Of the records that follow, copy only the lines from the line containing "#60=ADVANCED_FACE('',(#48,#55),#59,.T.);" to the line containing "#81=CIRCLE('',#27,22.733847);", both included, exactly as written.

**GIVEN DATA:**
________________________

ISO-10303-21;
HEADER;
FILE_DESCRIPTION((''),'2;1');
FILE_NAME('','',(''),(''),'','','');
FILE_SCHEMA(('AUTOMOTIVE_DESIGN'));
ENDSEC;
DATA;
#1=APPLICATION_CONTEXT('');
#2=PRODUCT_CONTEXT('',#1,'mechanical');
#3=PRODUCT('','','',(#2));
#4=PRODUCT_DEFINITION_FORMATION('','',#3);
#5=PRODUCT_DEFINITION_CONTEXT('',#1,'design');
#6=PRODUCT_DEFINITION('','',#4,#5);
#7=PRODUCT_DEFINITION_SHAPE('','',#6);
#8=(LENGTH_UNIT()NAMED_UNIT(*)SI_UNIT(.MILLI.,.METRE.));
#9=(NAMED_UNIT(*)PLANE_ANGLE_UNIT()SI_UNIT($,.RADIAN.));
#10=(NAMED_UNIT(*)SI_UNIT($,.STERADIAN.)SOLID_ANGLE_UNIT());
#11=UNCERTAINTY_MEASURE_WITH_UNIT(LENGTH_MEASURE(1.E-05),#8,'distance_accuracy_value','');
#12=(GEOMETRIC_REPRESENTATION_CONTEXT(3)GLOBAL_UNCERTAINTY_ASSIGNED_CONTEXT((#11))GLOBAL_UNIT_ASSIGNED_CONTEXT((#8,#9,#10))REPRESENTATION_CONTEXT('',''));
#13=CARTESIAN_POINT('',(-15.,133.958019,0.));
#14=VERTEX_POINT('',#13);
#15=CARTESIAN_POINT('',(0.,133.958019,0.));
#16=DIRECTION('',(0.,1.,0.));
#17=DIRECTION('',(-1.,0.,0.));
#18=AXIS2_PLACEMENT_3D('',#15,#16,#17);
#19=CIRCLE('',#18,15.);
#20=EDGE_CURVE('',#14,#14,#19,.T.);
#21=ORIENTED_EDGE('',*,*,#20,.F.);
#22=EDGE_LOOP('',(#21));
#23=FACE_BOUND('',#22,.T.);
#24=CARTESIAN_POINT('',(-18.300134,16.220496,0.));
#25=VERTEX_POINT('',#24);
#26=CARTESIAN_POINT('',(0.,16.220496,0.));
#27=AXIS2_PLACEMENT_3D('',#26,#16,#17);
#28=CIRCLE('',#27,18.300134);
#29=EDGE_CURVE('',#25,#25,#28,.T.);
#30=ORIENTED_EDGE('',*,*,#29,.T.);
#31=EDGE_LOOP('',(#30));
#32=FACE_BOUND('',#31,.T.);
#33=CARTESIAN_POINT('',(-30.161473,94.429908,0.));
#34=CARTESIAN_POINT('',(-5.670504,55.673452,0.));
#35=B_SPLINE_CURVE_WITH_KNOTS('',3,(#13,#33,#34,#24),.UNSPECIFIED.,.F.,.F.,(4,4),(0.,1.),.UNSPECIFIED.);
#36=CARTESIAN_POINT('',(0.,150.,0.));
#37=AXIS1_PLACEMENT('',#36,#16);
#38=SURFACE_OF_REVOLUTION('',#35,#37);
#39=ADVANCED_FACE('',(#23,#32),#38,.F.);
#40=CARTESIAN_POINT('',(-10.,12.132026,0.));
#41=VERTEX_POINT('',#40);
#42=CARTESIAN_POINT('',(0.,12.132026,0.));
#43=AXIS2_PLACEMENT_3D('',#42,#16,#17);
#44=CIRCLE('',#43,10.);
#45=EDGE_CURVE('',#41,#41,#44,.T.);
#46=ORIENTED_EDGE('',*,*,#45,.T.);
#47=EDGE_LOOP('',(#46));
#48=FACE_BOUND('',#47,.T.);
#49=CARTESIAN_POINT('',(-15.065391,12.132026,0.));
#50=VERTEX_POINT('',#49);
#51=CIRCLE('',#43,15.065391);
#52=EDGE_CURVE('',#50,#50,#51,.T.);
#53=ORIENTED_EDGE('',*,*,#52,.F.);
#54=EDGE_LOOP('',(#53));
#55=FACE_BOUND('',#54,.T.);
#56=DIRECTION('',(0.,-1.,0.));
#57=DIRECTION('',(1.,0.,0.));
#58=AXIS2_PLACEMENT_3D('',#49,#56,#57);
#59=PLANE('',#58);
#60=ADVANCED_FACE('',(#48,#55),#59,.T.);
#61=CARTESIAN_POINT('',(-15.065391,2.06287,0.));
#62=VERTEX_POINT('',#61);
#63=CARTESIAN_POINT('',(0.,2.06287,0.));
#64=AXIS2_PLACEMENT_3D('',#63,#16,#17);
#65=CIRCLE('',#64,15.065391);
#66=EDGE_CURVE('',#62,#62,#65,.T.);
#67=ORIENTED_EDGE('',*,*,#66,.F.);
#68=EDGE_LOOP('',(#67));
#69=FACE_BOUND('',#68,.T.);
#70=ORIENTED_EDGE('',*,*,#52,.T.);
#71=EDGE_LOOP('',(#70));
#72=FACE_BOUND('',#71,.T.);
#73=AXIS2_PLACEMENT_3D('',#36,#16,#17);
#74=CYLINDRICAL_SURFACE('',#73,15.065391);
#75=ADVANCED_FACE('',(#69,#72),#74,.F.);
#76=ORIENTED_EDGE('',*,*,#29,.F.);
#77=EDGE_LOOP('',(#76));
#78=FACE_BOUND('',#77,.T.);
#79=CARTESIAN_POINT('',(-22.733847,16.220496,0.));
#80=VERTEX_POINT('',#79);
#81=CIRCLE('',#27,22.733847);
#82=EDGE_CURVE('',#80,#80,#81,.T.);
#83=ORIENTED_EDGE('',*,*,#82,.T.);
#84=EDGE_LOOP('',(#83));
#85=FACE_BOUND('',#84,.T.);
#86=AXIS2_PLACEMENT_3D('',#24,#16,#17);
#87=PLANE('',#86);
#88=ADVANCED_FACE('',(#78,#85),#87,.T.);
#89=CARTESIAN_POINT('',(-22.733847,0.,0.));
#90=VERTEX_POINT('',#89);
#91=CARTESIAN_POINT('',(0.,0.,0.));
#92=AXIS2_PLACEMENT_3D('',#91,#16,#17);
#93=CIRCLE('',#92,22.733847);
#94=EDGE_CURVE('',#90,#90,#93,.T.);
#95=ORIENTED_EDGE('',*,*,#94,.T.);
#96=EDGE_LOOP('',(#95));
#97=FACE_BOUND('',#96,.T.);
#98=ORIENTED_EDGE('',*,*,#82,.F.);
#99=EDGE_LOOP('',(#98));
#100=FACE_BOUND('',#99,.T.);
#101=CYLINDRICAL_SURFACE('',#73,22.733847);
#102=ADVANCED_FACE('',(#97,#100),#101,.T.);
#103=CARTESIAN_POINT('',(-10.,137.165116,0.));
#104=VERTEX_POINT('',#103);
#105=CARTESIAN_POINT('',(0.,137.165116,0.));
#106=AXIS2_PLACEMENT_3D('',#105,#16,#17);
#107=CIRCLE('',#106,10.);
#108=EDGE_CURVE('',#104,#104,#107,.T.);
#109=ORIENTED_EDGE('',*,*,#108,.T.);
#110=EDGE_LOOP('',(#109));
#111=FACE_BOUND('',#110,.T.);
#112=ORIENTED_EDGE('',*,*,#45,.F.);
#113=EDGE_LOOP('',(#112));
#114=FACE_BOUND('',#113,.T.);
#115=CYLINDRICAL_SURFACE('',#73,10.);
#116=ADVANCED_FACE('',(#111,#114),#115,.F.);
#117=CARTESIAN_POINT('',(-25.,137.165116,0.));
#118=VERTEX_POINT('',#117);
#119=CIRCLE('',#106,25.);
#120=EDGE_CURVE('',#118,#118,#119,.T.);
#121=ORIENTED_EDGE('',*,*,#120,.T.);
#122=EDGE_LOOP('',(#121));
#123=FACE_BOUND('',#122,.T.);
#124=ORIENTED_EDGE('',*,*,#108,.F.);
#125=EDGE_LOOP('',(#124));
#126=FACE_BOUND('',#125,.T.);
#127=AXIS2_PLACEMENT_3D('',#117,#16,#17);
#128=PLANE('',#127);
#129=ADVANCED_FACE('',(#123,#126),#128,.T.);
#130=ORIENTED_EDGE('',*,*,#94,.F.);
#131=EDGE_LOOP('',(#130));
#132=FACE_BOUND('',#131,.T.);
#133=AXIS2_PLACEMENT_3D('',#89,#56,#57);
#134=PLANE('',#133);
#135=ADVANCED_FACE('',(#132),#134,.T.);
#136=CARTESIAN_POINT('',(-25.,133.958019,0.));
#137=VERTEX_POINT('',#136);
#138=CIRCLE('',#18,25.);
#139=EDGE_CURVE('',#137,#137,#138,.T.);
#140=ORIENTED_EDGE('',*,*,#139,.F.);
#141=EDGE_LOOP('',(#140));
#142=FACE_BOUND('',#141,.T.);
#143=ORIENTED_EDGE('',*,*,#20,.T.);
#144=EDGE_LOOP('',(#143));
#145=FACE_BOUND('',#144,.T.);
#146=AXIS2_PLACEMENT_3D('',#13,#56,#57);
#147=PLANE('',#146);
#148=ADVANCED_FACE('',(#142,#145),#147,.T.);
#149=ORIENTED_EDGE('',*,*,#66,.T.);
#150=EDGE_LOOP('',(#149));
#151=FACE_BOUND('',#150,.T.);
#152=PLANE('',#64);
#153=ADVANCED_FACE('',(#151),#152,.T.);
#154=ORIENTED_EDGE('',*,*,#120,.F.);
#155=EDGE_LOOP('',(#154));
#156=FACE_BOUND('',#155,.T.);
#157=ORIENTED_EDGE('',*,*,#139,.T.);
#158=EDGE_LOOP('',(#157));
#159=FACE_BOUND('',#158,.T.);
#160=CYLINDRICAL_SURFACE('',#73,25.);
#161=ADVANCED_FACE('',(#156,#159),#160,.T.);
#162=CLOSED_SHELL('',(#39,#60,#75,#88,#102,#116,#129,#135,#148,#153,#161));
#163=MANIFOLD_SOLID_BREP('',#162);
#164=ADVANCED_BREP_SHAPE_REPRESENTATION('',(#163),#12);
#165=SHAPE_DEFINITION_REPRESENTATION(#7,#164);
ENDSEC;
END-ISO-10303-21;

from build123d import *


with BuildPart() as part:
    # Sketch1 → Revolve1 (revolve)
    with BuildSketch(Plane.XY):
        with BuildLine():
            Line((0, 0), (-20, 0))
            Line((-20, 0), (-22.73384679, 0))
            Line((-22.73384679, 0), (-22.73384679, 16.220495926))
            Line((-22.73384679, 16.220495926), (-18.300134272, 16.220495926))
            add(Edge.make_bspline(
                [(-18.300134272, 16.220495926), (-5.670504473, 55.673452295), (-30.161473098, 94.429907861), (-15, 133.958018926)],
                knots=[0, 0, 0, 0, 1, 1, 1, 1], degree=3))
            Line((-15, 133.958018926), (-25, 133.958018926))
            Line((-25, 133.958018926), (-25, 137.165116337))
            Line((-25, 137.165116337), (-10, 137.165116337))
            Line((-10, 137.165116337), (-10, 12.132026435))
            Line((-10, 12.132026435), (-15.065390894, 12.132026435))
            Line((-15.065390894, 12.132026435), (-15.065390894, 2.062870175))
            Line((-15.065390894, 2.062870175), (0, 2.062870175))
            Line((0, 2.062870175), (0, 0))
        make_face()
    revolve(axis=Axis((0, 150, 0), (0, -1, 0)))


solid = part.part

________________________

**SOLUTION FOR THIS PROBLEM:**
#60=ADVANCED_FACE('',(#48,#55),#59,.T.);
#61=CARTESIAN_POINT('',(-15.065391,2.06287,0.));
#62=VERTEX_POINT('',#61);
#63=CARTESIAN_POINT('',(0.,2.06287,0.));
#64=AXIS2_PLACEMENT_3D('',#63,#16,#17);
#65=CIRCLE('',#64,15.065391);
#66=EDGE_CURVE('',#62,#62,#65,.T.);
#67=ORIENTED_EDGE('',*,*,#66,.F.);
#68=EDGE_LOOP('',(#67));
#69=FACE_BOUND('',#68,.T.);
#70=ORIENTED_EDGE('',*,*,#52,.T.);
#71=EDGE_LOOP('',(#70));
#72=FACE_BOUND('',#71,.T.);
#73=AXIS2_PLACEMENT_3D('',#36,#16,#17);
#74=CYLINDRICAL_SURFACE('',#73,15.065391);
#75=ADVANCED_FACE('',(#69,#72),#74,.F.);
#76=ORIENTED_EDGE('',*,*,#29,.F.);
#77=EDGE_LOOP('',(#76));
#78=FACE_BOUND('',#77,.T.);
#79=CARTESIAN_POINT('',(-22.733847,16.220496,0.));
#80=VERTEX_POINT('',#79);
#81=CIRCLE('',#27,22.733847);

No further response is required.